EXERCISE DIRECTIONS: Can you restate the lines of the entries below, word for word, from the first one through the line that includes "#4=PRODUCT_DEFINITION_FORMATION('','',#3);"?

Stored data entries:

<<<<

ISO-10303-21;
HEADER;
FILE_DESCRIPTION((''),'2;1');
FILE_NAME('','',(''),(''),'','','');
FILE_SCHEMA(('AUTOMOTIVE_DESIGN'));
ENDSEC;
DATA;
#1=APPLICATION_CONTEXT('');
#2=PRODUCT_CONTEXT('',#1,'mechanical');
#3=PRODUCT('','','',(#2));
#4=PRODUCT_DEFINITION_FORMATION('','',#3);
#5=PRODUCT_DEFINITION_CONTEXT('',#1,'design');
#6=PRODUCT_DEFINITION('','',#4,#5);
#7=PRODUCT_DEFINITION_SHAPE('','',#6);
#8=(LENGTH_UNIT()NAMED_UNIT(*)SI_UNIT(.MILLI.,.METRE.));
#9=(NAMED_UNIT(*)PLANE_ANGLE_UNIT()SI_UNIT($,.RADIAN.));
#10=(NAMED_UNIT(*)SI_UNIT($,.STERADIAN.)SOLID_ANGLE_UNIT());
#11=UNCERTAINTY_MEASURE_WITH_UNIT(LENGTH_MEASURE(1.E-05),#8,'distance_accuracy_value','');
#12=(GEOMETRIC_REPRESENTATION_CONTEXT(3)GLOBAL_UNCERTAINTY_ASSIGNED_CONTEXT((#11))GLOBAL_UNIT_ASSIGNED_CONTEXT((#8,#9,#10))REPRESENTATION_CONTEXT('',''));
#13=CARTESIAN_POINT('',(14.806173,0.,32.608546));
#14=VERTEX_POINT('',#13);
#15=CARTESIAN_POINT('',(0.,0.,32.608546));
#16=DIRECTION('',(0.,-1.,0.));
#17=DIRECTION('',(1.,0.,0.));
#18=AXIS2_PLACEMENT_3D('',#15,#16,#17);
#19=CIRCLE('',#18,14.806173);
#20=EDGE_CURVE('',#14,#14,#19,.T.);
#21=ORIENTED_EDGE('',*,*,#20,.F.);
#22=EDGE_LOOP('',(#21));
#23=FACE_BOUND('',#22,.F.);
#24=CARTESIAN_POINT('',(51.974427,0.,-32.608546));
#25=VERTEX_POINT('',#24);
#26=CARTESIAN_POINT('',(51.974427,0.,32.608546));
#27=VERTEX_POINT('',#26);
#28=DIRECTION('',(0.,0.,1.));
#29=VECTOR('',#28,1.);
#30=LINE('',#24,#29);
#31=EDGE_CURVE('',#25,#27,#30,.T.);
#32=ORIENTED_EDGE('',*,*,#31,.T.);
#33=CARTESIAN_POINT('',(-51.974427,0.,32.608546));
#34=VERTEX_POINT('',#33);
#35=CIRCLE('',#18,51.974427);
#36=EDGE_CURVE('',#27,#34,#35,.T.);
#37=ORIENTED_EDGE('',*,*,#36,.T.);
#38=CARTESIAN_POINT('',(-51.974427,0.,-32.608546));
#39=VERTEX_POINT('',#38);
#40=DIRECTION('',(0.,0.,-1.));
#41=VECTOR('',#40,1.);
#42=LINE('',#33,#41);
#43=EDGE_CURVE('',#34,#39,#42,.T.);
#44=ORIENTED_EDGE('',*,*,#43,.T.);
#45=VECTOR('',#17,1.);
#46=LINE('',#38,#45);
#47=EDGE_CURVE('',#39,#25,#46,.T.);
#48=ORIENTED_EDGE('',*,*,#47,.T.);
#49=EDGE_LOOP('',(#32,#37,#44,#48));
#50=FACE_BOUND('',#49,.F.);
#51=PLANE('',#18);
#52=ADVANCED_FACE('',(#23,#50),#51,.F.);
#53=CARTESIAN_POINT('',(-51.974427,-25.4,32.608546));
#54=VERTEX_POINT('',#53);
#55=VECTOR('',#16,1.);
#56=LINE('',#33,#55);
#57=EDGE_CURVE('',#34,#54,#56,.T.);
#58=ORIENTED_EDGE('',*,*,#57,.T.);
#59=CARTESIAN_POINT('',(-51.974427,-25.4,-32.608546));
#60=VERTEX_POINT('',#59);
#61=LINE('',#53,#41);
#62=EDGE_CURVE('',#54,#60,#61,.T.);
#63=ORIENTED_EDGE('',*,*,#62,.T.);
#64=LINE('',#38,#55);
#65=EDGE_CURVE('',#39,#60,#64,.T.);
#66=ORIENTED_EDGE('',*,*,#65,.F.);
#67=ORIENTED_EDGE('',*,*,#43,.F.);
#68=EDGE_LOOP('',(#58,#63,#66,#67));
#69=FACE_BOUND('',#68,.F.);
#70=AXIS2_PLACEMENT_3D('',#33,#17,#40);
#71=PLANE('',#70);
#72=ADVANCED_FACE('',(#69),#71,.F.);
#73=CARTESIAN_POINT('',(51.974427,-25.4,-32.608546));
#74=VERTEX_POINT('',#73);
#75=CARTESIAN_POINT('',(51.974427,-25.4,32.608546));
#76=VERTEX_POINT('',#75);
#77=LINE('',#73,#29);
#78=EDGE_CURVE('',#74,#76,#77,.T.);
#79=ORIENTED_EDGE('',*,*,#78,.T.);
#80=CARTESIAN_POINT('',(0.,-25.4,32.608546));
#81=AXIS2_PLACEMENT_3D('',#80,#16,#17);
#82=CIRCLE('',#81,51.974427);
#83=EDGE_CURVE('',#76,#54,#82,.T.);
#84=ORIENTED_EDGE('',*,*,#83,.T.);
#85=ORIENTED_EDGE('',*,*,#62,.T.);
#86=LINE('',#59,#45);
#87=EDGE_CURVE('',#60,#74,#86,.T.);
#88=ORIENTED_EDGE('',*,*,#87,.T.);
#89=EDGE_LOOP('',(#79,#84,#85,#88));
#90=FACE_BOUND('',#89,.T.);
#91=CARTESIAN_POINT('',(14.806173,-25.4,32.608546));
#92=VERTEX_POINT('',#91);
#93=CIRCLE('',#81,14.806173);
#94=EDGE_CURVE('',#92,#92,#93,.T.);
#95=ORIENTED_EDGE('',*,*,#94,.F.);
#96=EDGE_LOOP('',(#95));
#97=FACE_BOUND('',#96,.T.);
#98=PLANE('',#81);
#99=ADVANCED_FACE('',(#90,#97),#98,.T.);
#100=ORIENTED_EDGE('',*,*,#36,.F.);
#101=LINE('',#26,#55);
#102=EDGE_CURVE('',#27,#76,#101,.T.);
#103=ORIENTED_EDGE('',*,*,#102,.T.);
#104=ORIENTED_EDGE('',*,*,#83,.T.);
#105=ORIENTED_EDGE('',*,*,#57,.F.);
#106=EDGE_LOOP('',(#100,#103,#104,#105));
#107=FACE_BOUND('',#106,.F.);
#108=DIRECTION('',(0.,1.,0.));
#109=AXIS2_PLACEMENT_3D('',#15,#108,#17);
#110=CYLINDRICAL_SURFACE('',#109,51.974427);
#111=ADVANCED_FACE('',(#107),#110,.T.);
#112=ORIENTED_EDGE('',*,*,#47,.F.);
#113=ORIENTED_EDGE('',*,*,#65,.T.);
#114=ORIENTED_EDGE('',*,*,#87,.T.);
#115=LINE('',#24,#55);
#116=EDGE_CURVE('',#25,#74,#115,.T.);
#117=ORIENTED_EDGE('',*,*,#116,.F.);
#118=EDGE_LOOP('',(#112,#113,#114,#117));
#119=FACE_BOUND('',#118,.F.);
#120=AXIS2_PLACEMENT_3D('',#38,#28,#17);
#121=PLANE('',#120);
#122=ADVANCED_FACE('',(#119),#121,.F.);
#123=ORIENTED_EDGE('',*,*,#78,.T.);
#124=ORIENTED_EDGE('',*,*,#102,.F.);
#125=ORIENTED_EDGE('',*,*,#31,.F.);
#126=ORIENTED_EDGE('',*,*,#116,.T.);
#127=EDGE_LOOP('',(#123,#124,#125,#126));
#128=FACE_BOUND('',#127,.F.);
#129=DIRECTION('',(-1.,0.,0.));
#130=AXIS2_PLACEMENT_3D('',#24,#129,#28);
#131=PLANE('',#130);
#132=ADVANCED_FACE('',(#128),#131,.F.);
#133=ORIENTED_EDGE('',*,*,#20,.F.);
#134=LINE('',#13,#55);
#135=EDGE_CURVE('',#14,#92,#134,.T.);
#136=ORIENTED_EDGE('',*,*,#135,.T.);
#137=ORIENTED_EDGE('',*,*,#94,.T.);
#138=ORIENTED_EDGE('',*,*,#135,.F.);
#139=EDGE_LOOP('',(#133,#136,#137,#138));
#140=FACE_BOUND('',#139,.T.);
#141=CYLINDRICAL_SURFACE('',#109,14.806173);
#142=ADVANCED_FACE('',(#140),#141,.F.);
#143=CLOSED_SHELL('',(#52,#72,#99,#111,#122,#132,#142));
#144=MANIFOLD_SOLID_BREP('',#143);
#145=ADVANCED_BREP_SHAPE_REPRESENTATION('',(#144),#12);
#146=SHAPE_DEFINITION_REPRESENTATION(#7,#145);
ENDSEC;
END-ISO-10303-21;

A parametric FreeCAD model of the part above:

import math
import FreeCAD as App
import Part
import Sketcher

V = App.Vector
Q = App.Units.Quantity

doc = App.newDocument("Part")
body = doc.addObject("PartDesign::Body", "Body")

sketch1 = doc.addObject("Sketcher::SketchObject", "Sketch")
body.addObject(sketch1)
sketch1.AttachmentSupport = (doc.XZ_Plane, [""])
sketch1.MapMode = "FlatFace"
sketch1.addGeometry([
    Part.LineSegment(V(-52, 33, 0), V(-52, -33, 0)),
    Part.LineSegment(V(-52, -33, 0), V(52, -33, 0)),
    Part.LineSegment(V(52, -33, 0), V(52, 33, 0)),
    Part.ArcOfCircle(Part.Circle(V(0, 33, 0), V(0, 0, 1), 52), math.radians(0), math.radians(180)),
    Part.Circle(V(0, 33, 0), V(0, 0, 1), 15),
], False)
sketch1.addConstraint([
    Sketcher.Constraint("Coincident", 0, 2, 1, 1),
    Sketcher.Constraint("Coincident", 1, 2, 2, 1),
    Sketcher.Constraint("Tangent", 2, 2, 3, 1),
    Sketcher.Constraint("Tangent", 3, 2, 0, 1),
    Sketcher.Constraint("Vertical", 0),
    Sketcher.Constraint("Horizontal", 1),
    Sketcher.Constraint("Vertical", 2),
    Sketcher.Constraint("Coincident", 4, 3, 3, 3),
    Sketcher.Constraint("Symmetric", 0, 2, 2, 2, -1, 1),
    Sketcher.Constraint("Diameter", 4, 29.612346),
    Sketcher.Constraint("Radius", 3, 51.974427),
    Sketcher.Constraint("DistanceY", 0, 2, 0, 1, 65.217092),
])
pad1 = doc.addObject("PartDesign::Pad", "Pad")
body.addObject(pad1)
pad1.Profile = sketch1
pad1.Length = Q("1 in")

doc.recompute()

>>>>

ANSWER TO THE PROBLEM:
ISO-10303-21;
HEADER;
FILE_DESCRIPTION((''),'2;1');
FILE_NAME('','',(''),(''),'','','');
FILE_SCHEMA(('AUTOMOTIVE_DESIGN'));
ENDSEC;
DATA;
#1=APPLICATION_CONTEXT('');
#2=PRODUCT_CONTEXT('',#1,'mechanical');
#3=PRODUCT('','','',(#2));
#4=PRODUCT_DEFINITION_FORMATION('','',#3);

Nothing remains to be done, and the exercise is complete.